How to Cut Corners and Get Bounded Convex Curvature

Abstract

We describe an algorithm for solving an important geometric problem arising in computer-aided manufacturing. When cutting away a region from a solid piece of material—such as steel, wood, ceramics, or plastic—using a rough tool in a milling machine, sharp convex corners of the region cannot be done properly, but have to be left for finer tools that are more expensive to use. We want to determine a toolpath that maximizes the use of the rough tool. In order to formulate the problem in mathematical terms, we introduce the notion of bounded convex curvature. A region of points in the plane \(Q\) has bounded convex curvature if for any point \(x\in \partial Q\), there is a unit disk U and \(\varepsilon >0\) such that \(x\in \partial U\) and all points in U within distance \(\varepsilon \) from x are in \(Q\).

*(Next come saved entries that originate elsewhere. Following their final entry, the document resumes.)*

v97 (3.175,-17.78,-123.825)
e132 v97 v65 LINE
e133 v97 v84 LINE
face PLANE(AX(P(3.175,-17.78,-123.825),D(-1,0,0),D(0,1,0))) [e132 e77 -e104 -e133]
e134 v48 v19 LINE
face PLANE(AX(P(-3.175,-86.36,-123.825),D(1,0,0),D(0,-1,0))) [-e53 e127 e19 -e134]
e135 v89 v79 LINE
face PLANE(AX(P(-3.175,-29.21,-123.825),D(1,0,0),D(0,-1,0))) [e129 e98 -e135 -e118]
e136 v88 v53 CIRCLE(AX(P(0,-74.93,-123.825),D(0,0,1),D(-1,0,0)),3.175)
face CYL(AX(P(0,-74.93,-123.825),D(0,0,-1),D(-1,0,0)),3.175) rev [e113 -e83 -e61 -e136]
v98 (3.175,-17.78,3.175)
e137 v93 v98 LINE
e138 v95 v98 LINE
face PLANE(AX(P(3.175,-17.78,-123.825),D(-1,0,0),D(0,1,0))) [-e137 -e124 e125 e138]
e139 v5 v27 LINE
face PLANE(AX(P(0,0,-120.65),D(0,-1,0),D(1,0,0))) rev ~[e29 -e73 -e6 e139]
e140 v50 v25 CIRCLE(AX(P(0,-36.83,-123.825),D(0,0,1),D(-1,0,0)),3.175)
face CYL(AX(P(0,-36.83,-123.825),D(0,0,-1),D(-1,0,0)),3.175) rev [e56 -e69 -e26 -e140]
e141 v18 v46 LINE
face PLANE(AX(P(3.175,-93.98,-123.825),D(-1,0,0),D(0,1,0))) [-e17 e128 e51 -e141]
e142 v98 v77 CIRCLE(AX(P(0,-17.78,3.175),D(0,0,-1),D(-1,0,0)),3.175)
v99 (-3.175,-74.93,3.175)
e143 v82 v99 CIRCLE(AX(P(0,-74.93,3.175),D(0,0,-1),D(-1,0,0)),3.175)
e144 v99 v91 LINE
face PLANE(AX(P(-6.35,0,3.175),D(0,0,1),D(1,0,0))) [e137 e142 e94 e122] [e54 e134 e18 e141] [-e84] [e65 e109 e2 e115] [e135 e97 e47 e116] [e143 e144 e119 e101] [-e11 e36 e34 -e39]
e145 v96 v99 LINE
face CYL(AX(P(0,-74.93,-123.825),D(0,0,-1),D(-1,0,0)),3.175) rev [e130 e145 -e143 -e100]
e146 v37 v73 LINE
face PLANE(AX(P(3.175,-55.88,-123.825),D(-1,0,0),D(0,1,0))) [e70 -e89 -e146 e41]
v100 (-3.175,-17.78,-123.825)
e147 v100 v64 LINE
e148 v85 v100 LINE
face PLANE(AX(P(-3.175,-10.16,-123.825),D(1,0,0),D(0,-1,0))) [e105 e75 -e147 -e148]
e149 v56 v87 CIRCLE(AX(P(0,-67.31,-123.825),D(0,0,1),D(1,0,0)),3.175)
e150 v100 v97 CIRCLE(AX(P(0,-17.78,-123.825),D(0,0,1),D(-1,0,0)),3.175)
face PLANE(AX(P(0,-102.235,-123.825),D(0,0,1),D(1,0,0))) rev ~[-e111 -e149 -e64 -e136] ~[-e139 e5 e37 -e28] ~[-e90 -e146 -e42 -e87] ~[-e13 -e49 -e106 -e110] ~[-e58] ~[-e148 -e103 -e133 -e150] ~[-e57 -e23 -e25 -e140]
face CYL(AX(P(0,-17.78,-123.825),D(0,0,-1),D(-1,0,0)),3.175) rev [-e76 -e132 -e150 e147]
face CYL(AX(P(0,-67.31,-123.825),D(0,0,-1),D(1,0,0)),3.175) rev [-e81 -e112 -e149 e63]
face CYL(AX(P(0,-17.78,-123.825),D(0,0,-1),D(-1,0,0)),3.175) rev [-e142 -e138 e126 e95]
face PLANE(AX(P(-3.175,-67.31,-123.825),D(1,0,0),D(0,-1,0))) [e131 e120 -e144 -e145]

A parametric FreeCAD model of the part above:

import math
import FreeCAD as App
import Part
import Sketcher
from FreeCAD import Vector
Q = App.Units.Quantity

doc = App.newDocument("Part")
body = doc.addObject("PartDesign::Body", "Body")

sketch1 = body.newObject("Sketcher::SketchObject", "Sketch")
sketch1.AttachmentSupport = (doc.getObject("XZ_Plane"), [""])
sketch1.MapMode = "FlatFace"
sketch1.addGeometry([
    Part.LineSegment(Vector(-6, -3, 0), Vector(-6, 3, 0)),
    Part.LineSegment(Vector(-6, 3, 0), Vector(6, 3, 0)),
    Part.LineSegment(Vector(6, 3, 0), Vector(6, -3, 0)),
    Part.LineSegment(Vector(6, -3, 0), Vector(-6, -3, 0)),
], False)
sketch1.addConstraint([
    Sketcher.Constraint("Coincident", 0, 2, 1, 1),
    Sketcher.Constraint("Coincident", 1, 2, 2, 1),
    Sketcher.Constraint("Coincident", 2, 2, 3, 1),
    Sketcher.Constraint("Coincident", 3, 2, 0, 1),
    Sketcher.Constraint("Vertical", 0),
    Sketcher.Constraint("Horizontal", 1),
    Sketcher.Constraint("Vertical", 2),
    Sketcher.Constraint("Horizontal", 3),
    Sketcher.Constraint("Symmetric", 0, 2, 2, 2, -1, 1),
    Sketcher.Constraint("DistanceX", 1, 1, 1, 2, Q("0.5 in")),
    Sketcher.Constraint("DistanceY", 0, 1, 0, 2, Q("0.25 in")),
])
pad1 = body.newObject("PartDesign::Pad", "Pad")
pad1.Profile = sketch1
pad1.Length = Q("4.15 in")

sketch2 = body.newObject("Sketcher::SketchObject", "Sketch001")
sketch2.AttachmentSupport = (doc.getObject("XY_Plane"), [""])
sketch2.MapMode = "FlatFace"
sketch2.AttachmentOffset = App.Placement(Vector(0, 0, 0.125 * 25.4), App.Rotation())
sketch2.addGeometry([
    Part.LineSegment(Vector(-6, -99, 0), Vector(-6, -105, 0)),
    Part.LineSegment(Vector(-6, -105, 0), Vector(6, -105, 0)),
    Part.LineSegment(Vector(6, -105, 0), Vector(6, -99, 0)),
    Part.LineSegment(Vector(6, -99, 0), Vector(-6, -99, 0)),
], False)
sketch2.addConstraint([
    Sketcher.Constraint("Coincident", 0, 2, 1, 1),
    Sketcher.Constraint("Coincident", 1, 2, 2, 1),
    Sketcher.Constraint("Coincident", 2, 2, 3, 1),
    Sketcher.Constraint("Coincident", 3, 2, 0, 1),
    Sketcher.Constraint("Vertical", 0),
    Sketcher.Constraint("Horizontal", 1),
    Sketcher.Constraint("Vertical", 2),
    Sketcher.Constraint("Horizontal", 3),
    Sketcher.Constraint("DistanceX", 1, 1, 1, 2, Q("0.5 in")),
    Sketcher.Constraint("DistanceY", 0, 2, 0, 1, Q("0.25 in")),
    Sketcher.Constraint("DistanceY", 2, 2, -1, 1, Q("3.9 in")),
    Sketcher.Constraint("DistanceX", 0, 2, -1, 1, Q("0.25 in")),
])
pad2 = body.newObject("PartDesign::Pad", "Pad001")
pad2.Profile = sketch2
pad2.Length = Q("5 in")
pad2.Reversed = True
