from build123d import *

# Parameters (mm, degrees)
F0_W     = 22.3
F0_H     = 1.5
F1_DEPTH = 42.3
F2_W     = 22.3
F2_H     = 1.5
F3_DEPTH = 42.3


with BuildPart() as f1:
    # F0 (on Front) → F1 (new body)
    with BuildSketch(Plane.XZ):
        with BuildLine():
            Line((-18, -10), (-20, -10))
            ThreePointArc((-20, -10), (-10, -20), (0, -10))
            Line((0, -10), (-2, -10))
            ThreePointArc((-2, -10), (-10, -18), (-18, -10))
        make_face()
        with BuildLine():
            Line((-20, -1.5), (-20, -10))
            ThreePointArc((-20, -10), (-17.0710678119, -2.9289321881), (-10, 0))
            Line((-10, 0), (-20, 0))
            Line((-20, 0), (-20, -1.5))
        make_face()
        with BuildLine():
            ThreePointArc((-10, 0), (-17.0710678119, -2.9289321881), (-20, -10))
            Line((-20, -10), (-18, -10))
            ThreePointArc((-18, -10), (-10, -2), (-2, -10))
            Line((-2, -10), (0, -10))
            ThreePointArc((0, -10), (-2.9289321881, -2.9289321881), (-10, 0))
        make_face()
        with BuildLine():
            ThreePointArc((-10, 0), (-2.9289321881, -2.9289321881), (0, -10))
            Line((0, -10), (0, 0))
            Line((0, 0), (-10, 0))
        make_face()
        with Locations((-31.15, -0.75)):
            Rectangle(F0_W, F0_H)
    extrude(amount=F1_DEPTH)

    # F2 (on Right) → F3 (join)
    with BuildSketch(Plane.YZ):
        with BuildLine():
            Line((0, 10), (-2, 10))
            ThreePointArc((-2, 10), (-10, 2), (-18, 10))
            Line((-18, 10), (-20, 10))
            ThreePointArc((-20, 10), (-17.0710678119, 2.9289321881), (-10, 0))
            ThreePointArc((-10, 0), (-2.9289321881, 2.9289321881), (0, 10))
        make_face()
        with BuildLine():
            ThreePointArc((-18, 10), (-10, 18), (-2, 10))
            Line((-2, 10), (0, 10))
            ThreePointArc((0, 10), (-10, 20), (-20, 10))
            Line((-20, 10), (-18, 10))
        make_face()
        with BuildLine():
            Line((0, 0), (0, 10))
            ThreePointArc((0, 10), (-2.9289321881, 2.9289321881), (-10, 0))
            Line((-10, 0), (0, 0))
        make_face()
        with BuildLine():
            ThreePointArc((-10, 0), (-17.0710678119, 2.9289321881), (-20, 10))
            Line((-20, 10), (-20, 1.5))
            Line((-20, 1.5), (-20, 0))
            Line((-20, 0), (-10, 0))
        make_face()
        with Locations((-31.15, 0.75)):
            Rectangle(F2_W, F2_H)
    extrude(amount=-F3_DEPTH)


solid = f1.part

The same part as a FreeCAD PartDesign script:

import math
import FreeCAD as App
import Part
import Sketcher
Q = App.Units.Quantity

doc = App.newDocument("Part")
body = doc.addObject("PartDesign::Body", "Body")

# Sketch on XZ plane
sketch1 = body.newObject("Sketcher::SketchObject", "Sketch")
sketch1.AttachmentSupport = (doc.getObject("XZ_Plane"), [""])
sketch1.MapMode = "FlatFace"
sketch1.addGeometry([
    Part.ArcOfCircle(Part.Circle(App.Vector(-10, -10, 0), App.Vector(0, 0, 1), 10), math.radians(180), math.radians(360)),  # 0
    Part.LineSegment(App.Vector(0, -10, 0), App.Vector(0, 0, 0)),  # 1
    Part.LineSegment(App.Vector(0, 0, 0), App.Vector(-42.3, 0, 0)),  # 2
    Part.LineSegment(App.Vector(-42.3, 0, 0), App.Vector(-42.3, -1.5, 0)),  # 3
    Part.LineSegment(App.Vector(-42.3, -1.5, 0), App.Vector(-20, -1.5, 0)),  # 4
    Part.LineSegment(App.Vector(-20, -1.5, 0), App.Vector(-20, -10, 0)),  # 5
    Part.Circle(App.Vector(-10, -10, 0), App.Vector(0, 0, 1), 8),  # 6
], False)
sketch1.addConstraint([
    Sketcher.Constraint("Tangent", 0, 2, 1, 1),
    Sketcher.Constraint("Coincident", 1, 2, 2, 1),
    Sketcher.Constraint("Coincident", 2, 2, 3, 1),
    Sketcher.Constraint("Coincident", 3, 2, 4, 1),
    Sketcher.Constraint("Coincident", 4, 2, 5, 1),
    Sketcher.Constraint("Tangent", 5, 2, 0, 1),
    Sketcher.Constraint("Vertical", 1),
    Sketcher.Constraint("Horizontal", 2),
    Sketcher.Constraint("Vertical", 3),
    Sketcher.Constraint("Horizontal", 4),
    Sketcher.Constraint("Vertical", 5),
    Sketcher.Constraint("Coincident", 1, 2, -1, 1),
    Sketcher.Constraint("Coincident", 6, 3, 0, 3),
    Sketcher.Constraint("Diameter", 6, Q("16 mm")),
    Sketcher.Constraint("Radius", 0, Q("10 mm")),
    Sketcher.Constraint("DistanceY", 1, 1, 1, 2, Q("10 mm")),
    Sketcher.Constraint("DistanceX", 2, 2, 2, 1, Q("42.3 mm")),
    Sketcher.Constraint("DistanceY", 3, 2, 3, 1, Q("1.5 mm")),
])
pad1 = body.newObject("PartDesign::Pad", "Pad")
pad1.Profile = sketch1
pad1.Length = 42.3

# Sketch on YZ plane
sketch2 = body.newObject("Sketcher::SketchObject", "Sketch001")
sketch2.AttachmentSupport = (doc.getObject("YZ_Plane"), [""])
sketch2.MapMode = "FlatFace"
sketch2.addGeometry([
    Part.LineSegment(App.Vector(0, 0, 0), App.Vector(0, 10, 0)),  # 0
    Part.ArcOfCircle(Part.Circle(App.Vector(-10, 10, 0), App.Vector(0, 0, 1), 10), math.radians(0), math.radians(180)),  # 1
    Part.LineSegment(App.Vector(-20, 10, 0), App.Vector(-20, 1.5, 0)),  # 2
    Part.LineSegment(App.Vector(-20, 1.5, 0), App.Vector(-42.3, 1.5, 0)),  # 3
    Part.LineSegment(App.Vector(-42.3, 1.5, 0), App.Vector(-42.3, 0, 0)),  # 4
    Part.LineSegment(App.Vector(-42.3, 0, 0), App.Vector(0, 0, 0)),  # 5
    Part.Circle(App.Vector(-10, 10, 0), App.Vector(0, 0, 1), 8),  # 6
], False)
sketch2.addConstraint([
    Sketcher.Constraint("Tangent", 0, 2, 1, 1),
    Sketcher.Constraint("Tangent", 1, 2, 2, 1),
    Sketcher.Constraint("Coincident", 2, 2, 3, 1),
    Sketcher.Constraint("Coincident", 3, 2, 4, 1),
    Sketcher.Constraint("Coincident", 4, 2, 5, 1),
    Sketcher.Constraint("Coincident", 5, 2, 0, 1),
    Sketcher.Constraint("Vertical", 0),
    Sketcher.Constraint("Vertical", 2),
    Sketcher.Constraint("Horizontal", 3),
    Sketcher.Constraint("Vertical", 4),
    Sketcher.Constraint("Horizontal", 5),
    Sketcher.Constraint("Coincident", 5, 2, -1, 1),
    Sketcher.Constraint("Coincident", 6, 3, 1, 3),
    Sketcher.Constraint("Diameter", 6, Q("16 mm")),
    Sketcher.Constraint("Radius", 1, Q("10 mm")),
    Sketcher.Constraint("DistanceY", 0, 1, 0, 2, Q("10 mm")),
    Sketcher.Constraint("DistanceX", 3, 2, 3, 1, Q("22.3 mm")),
    Sketcher.Constraint("DistanceY", 2, 2, 2, 1, Q("8.5 mm")),
])
pad2 = body.newObject("PartDesign::Pad", "Pad001")
pad2.Profile = sketch2
pad2.Length = 42.3
pad2.Reversed = True

doc.recompute()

This translates to saying that as we traverse the boundary \(\partial Q\) with the interior of \(Q\) on the left side, then \(\partial Q\) turns to the left with curvature at most 1. There is no bound on the curvature where \(\partial Q\) turns to the right. Given a region of points \(P\) in the plane, we are now interested in computing the maximum subset \(Q\subseteq P\) of bounded convex curvature. The difference in the requirement to left- and right-curvature is a natural consequence of different conditions when machining convex and concave areas of \(Q\). We devise an algorithm to compute the unique maximum such set \(Q\), when the boundary of \(P\) consists of n line segments and circular arcs of arbitrary radii. In the general case where \(P\) may have holes, the algorithm runs in time \(O(n^2)\) and uses O(n) space. If \(P\) is simply-connected, we describe a faster \(O(n\log n)\) time algorithm.